I scoured Silverman's two books on arithmetic of elliptic curves to find an answer to the following question, and did not find an answer:
Given an elliptic curve E defined over H, a number field, with complex multiplication by R, and P is a prime ideal in the maximal order of H and E has good reduction at P. Is it legitimate to reduce an endomorphism of E mod P?
In the chapter "Complex Multiplication" of the advanced arithmetic topics book by Silverman, a few propositions and theorems mention reducing an endomorphism mod P.
A priori, this doesn't seem trivial to me. Sure, the endomorphism is comprised of two polynomials with coefficients in H. But I still don't see why if a point Q is in the kernel of reduction mod P, why is phi(Q) also there. When I put Q inside the two polynomials, how can I be sure that P is still in the "denominator" of phi(Q)?

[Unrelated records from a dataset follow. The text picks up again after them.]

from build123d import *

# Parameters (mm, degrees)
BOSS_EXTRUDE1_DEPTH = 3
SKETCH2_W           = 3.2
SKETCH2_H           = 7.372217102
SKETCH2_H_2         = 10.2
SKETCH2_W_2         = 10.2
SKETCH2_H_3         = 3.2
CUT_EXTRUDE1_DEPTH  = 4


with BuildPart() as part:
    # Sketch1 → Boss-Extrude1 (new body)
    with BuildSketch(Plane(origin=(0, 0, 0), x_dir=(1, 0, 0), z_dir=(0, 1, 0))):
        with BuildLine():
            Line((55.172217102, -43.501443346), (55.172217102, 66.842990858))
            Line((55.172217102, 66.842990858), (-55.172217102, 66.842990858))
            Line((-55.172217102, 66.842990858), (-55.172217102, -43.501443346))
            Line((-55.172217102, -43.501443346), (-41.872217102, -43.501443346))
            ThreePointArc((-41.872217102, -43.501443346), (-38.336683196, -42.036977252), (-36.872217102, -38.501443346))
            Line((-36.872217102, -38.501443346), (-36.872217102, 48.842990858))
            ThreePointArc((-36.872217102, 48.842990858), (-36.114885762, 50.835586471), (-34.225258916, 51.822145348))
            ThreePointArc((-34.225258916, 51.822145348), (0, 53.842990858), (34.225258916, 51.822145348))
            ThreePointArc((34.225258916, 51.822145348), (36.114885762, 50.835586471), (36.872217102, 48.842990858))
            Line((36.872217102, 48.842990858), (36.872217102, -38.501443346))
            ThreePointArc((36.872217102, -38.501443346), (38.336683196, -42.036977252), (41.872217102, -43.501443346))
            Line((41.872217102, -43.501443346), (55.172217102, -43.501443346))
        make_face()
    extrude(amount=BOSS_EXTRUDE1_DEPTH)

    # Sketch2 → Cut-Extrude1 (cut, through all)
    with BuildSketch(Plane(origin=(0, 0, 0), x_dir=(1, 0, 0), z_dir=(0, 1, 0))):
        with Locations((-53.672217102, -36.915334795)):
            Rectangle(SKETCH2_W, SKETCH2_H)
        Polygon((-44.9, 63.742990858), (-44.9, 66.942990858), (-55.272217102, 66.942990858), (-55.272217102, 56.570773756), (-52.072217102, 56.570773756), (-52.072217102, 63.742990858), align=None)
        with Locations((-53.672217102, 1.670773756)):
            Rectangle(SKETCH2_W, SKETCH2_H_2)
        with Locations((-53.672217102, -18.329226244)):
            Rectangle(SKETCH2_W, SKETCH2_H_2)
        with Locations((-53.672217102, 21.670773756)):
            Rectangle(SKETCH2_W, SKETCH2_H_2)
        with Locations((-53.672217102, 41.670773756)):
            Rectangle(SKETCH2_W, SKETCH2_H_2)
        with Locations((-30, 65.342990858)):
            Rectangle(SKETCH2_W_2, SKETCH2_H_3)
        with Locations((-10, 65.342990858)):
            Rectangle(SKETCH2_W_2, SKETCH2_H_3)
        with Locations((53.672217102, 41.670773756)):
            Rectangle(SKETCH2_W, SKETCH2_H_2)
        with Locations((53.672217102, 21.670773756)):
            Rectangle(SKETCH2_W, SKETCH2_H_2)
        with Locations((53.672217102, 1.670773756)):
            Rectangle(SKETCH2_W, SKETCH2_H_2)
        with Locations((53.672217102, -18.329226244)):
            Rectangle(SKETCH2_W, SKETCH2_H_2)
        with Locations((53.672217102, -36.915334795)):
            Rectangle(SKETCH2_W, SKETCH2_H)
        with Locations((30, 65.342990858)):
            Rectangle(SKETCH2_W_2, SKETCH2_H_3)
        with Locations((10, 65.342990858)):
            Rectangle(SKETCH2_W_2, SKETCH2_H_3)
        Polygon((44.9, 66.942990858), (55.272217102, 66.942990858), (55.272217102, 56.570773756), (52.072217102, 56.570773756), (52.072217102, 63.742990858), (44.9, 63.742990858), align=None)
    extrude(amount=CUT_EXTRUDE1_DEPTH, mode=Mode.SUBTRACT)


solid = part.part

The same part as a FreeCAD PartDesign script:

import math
import FreeCAD as App
import Part
import Sketcher

V = App.Vector

doc = App.newDocument("Part")
params = doc.addObject("Spreadsheet::Sheet", "Params")
for row, (alias, value) in enumerate([
    ("sketch1_radius", "5 mm"),
    ("sketch1_radius2", "3 mm"),
    ("sketch1_width", "13.3 mm"),
    ("pad1_length", "3 mm"),
    ("sketch2_width", "3.2 mm"),
    ("sketch2_width2", "10.2 mm"),
], start=1):
    params.set(f"A{row}", alias)
    params.set(f"B{row}", "=" + value)
    params.setAlias(f"B{row}", alias)

body = doc.addObject("PartDesign::Body", "Body")

# Sketch on XZ plane
sketch1 = doc.addObject("Sketcher::SketchObject", "Sketch")
body.addObject(sketch1)
sketch1.AttachmentSupport = (doc.XZ_Plane, [""])
sketch1.MapMode = "FlatFace"
sketch1.addGeometry(Part.LineSegment(V(55.2, 43.5, 0), V(55.2, -66.8, 0)), False)
sketch1.addGeometry(Part.LineSegment(V(55.2, -66.8, 0), V(-55.2, -66.8, 0)), False)
sketch1.addGeometry(Part.LineSegment(V(-55.2, -66.8, 0), V(-55.2, 43.5, 0)), False)
sketch1.addGeometry(Part.LineSegment(V(-55.2, 43.5, 0), V(-41.9, 43.5, 0)), False)
sketch1.addGeometry(Part.ArcOfCircle(Part.Circle(V(-41.9, 38.5, 0), V(0, 0, 1), 5), math.radians(0), math.radians(90)), False)
sketch1.addGeometry(Part.LineSegment(V(-36.9, 38.5, 0), V(-36.9, -48.8, 0)), False)
sketch1.addGeometry(Part.ArcOfCircle(Part.Circle(V(-33.9, -48.8, 0), V(0, 0, 1), 3), math.radians(-180), math.radians(-97)), False)
sketch1.addGeometry(Part.ArcOfCircle(Part.Circle(V(0, 237, 0), V(0, 0, 1), 290.8), math.radians(-96.76), math.radians(-83.24)), False)
sketch1.addGeometry(Part.ArcOfCircle(Part.Circle(V(33.9, -48.8, 0), V(0, 0, 1), 3), math.radians(-83), math.radians(0)), False)
sketch1.addGeometry(Part.LineSegment(V(36.9, -48.8, 0), V(36.9, 38.5, 0)), False)
sketch1.addGeometry(Part.ArcOfCircle(Part.Circle(V(41.9, 38.5, 0), V(0, 0, 1), 5), math.radians(90), math.radians(180)), False)
sketch1.addGeometry(Part.LineSegment(V(41.9, 43.5, 0), V(55.2, 43.5, 0)), False)
sketch1.addConstraint(Sketcher.Constraint("Coincident", 0, 2, 1, 1))
sketch1.addConstraint(Sketcher.Constraint("Coincident", 1, 2, 2, 1))
sketch1.addConstraint(Sketcher.Constraint("Coincident", 2, 2, 3, 1))
sketch1.addConstraint(Sketcher.Constraint("Tangent", 3, 2, 4, 2))
sketch1.addConstraint(Sketcher.Constraint("Tangent", 4, 1, 5, 1))
sketch1.addConstraint(Sketcher.Constraint("Tangent", 5, 2, 6, 1))
sketch1.addConstraint(Sketcher.Constraint("Tangent", 6, 2, 7, 1))
sketch1.addConstraint(Sketcher.Constraint("Tangent", 7, 2, 8, 1))
sketch1.addConstraint(Sketcher.Constraint("Tangent", 8, 2, 9, 1))
sketch1.addConstraint(Sketcher.Constraint("Tangent", 9, 2, 10, 2))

(*) I looked at the curves with CM by sqrt(-1), sqrt(-2) and sqrt(-3), and it seems convincing that one can reduce the CM action mod every prime, except maybe in the case of sqrt(-2) at the ramified prime.
Best Answer
I'm not sure if there's a trivial way to see this. One answer is to use the fact that every rational map from a variety X / $\mathbb{Z}_p$ to an abelian scheme is actually defined on all of X (see for instance Milne's abelian varieties notes). Here, since the generic fiber is open in X you can apply this by viewing the map you started with as a rational map.